What you have to do >>
Nothing outside the range below should be printed. Output exactly the lines from the line with "v 22.5 2.963 -15.469" to the line with "v 21.5 21.5 25", both included.

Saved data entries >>
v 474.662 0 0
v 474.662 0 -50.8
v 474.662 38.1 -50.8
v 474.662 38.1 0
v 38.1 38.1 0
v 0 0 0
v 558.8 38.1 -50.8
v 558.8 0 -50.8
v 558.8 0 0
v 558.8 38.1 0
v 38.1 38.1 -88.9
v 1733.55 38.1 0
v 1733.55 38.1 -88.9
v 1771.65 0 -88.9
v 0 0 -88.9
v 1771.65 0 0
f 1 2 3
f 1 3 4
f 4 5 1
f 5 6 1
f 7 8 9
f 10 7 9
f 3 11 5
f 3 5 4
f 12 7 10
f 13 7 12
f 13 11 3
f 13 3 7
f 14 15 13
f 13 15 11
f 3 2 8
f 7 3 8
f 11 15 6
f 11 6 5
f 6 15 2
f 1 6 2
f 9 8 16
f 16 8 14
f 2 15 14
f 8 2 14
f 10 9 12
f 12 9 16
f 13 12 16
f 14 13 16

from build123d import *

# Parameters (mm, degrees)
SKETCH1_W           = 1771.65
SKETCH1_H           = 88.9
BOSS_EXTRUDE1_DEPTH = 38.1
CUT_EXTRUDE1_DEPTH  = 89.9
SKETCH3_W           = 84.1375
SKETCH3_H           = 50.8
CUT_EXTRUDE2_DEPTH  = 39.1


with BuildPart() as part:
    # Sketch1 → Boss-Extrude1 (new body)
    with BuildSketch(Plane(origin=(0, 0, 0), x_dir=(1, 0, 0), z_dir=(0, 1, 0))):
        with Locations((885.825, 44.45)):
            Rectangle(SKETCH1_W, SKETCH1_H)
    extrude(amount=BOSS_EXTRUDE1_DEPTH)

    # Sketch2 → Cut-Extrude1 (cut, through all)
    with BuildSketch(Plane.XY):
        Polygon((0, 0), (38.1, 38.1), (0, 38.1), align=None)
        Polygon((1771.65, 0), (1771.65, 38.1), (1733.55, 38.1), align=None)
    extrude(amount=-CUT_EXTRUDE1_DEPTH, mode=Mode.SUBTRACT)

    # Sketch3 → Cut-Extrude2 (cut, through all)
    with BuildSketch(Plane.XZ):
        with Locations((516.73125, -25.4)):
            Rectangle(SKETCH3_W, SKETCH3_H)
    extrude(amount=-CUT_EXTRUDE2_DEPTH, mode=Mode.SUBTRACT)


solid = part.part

==

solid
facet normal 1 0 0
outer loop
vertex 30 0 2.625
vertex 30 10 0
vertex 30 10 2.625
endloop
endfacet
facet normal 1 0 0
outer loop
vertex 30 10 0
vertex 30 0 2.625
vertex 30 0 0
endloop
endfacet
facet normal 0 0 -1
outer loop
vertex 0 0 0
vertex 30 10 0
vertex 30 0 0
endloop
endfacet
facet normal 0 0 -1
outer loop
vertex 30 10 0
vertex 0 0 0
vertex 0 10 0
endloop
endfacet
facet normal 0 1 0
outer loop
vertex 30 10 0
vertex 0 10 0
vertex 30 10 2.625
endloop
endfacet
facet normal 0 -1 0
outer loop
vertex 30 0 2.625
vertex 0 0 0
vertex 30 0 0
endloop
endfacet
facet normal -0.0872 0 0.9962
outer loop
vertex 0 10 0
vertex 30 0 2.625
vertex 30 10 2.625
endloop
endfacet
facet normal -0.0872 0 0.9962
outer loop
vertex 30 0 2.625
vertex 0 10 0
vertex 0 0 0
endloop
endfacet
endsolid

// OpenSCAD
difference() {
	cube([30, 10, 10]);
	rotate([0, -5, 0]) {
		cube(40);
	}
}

---

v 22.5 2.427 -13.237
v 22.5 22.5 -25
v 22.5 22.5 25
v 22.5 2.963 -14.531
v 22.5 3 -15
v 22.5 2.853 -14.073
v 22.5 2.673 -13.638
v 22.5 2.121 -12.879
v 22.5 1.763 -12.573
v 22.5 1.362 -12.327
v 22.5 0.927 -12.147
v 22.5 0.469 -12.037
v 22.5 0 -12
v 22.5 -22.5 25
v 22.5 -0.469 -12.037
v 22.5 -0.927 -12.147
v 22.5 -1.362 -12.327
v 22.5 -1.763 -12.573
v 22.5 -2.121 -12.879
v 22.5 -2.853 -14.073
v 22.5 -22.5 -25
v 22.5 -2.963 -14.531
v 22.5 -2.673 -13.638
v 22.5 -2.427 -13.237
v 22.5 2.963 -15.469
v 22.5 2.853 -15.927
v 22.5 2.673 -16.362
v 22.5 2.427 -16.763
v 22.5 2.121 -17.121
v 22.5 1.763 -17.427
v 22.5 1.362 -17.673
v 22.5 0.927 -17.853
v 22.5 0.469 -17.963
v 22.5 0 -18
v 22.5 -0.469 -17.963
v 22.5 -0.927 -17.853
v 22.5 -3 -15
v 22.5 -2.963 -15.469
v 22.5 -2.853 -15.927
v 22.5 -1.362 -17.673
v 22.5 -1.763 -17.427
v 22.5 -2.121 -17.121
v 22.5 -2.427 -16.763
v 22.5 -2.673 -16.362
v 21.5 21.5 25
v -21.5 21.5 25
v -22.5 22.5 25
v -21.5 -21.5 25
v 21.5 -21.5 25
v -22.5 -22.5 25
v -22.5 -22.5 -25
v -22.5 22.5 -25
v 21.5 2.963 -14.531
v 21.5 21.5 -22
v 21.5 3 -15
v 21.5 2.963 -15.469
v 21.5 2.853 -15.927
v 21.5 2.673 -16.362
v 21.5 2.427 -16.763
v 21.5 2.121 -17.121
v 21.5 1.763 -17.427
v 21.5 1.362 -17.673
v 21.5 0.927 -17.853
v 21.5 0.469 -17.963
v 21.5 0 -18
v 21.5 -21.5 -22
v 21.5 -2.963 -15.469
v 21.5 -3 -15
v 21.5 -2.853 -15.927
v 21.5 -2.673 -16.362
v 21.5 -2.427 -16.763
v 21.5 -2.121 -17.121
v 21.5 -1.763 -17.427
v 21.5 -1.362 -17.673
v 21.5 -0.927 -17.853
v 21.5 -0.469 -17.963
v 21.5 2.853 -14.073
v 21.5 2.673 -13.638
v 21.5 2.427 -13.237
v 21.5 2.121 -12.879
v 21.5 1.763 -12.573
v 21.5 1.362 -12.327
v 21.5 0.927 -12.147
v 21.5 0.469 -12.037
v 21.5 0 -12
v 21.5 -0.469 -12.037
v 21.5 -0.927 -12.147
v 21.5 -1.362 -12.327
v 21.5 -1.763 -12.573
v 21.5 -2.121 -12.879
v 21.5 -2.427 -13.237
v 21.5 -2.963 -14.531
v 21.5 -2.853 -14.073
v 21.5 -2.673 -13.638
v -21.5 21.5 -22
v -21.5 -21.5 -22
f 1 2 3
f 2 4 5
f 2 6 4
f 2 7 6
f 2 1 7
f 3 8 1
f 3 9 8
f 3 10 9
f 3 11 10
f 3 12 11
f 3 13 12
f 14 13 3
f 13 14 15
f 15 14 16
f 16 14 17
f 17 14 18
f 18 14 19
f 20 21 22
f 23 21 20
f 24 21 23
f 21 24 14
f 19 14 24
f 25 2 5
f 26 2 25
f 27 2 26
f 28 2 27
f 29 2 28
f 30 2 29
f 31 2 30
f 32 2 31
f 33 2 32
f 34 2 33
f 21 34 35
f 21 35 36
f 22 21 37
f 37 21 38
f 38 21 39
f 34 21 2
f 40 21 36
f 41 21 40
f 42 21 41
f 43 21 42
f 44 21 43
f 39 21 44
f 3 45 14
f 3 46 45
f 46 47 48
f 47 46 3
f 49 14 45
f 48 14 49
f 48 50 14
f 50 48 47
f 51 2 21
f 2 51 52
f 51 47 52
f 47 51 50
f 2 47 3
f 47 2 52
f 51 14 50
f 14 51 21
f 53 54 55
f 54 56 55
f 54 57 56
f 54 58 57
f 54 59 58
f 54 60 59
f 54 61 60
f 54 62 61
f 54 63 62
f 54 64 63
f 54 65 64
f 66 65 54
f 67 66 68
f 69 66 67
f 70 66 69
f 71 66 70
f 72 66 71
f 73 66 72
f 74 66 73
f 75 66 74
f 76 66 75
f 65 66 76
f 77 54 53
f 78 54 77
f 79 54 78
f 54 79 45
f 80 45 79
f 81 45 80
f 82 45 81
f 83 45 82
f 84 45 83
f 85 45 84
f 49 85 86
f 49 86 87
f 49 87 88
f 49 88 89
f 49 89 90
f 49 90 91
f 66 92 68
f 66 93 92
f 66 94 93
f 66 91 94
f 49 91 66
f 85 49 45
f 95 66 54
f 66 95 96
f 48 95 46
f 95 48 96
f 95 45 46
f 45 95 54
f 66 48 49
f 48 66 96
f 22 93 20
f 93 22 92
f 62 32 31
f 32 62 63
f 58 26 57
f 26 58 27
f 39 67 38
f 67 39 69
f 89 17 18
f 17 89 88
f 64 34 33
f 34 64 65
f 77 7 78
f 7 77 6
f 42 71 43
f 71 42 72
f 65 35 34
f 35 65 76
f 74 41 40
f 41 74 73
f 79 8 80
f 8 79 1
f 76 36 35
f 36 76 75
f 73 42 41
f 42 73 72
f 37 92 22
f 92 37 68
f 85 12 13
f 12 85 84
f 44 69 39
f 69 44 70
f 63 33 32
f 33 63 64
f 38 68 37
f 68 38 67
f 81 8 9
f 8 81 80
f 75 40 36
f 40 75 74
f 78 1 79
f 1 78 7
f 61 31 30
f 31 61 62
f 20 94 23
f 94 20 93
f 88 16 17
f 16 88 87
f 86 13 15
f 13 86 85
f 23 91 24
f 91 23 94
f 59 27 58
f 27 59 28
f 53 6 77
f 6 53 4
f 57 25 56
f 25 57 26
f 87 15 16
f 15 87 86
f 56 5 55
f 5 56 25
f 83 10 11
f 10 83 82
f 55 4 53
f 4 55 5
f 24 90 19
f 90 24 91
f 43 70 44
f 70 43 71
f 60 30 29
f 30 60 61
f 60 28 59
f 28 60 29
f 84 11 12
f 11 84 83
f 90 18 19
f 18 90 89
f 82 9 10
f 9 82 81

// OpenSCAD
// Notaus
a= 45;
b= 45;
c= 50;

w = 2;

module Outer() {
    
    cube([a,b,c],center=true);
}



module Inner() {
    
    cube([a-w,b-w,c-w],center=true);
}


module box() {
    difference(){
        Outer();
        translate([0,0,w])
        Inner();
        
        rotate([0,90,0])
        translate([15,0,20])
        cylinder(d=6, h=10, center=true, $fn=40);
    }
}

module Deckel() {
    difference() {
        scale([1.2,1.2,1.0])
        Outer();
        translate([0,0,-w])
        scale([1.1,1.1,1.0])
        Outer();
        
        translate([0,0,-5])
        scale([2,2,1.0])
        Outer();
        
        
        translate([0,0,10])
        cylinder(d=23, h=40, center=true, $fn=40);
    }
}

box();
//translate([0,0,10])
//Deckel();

Solved problem >>
v 22.5 2.963 -15.469
v 22.5 2.853 -15.927
v 22.5 2.673 -16.362
v 22.5 2.427 -16.763
v 22.5 2.121 -17.121
v 22.5 1.763 -17.427
v 22.5 1.362 -17.673
v 22.5 0.927 -17.853
v 22.5 0.469 -17.963
v 22.5 0 -18
v 22.5 -0.469 -17.963
v 22.5 -0.927 -17.853
v 22.5 -3 -15
v 22.5 -2.963 -15.469
v 22.5 -2.853 -15.927
v 22.5 -1.362 -17.673
v 22.5 -1.763 -17.427
v 22.5 -2.121 -17.121
v 22.5 -2.427 -16.763
v 22.5 -2.673 -16.362
v 21.5 21.5 25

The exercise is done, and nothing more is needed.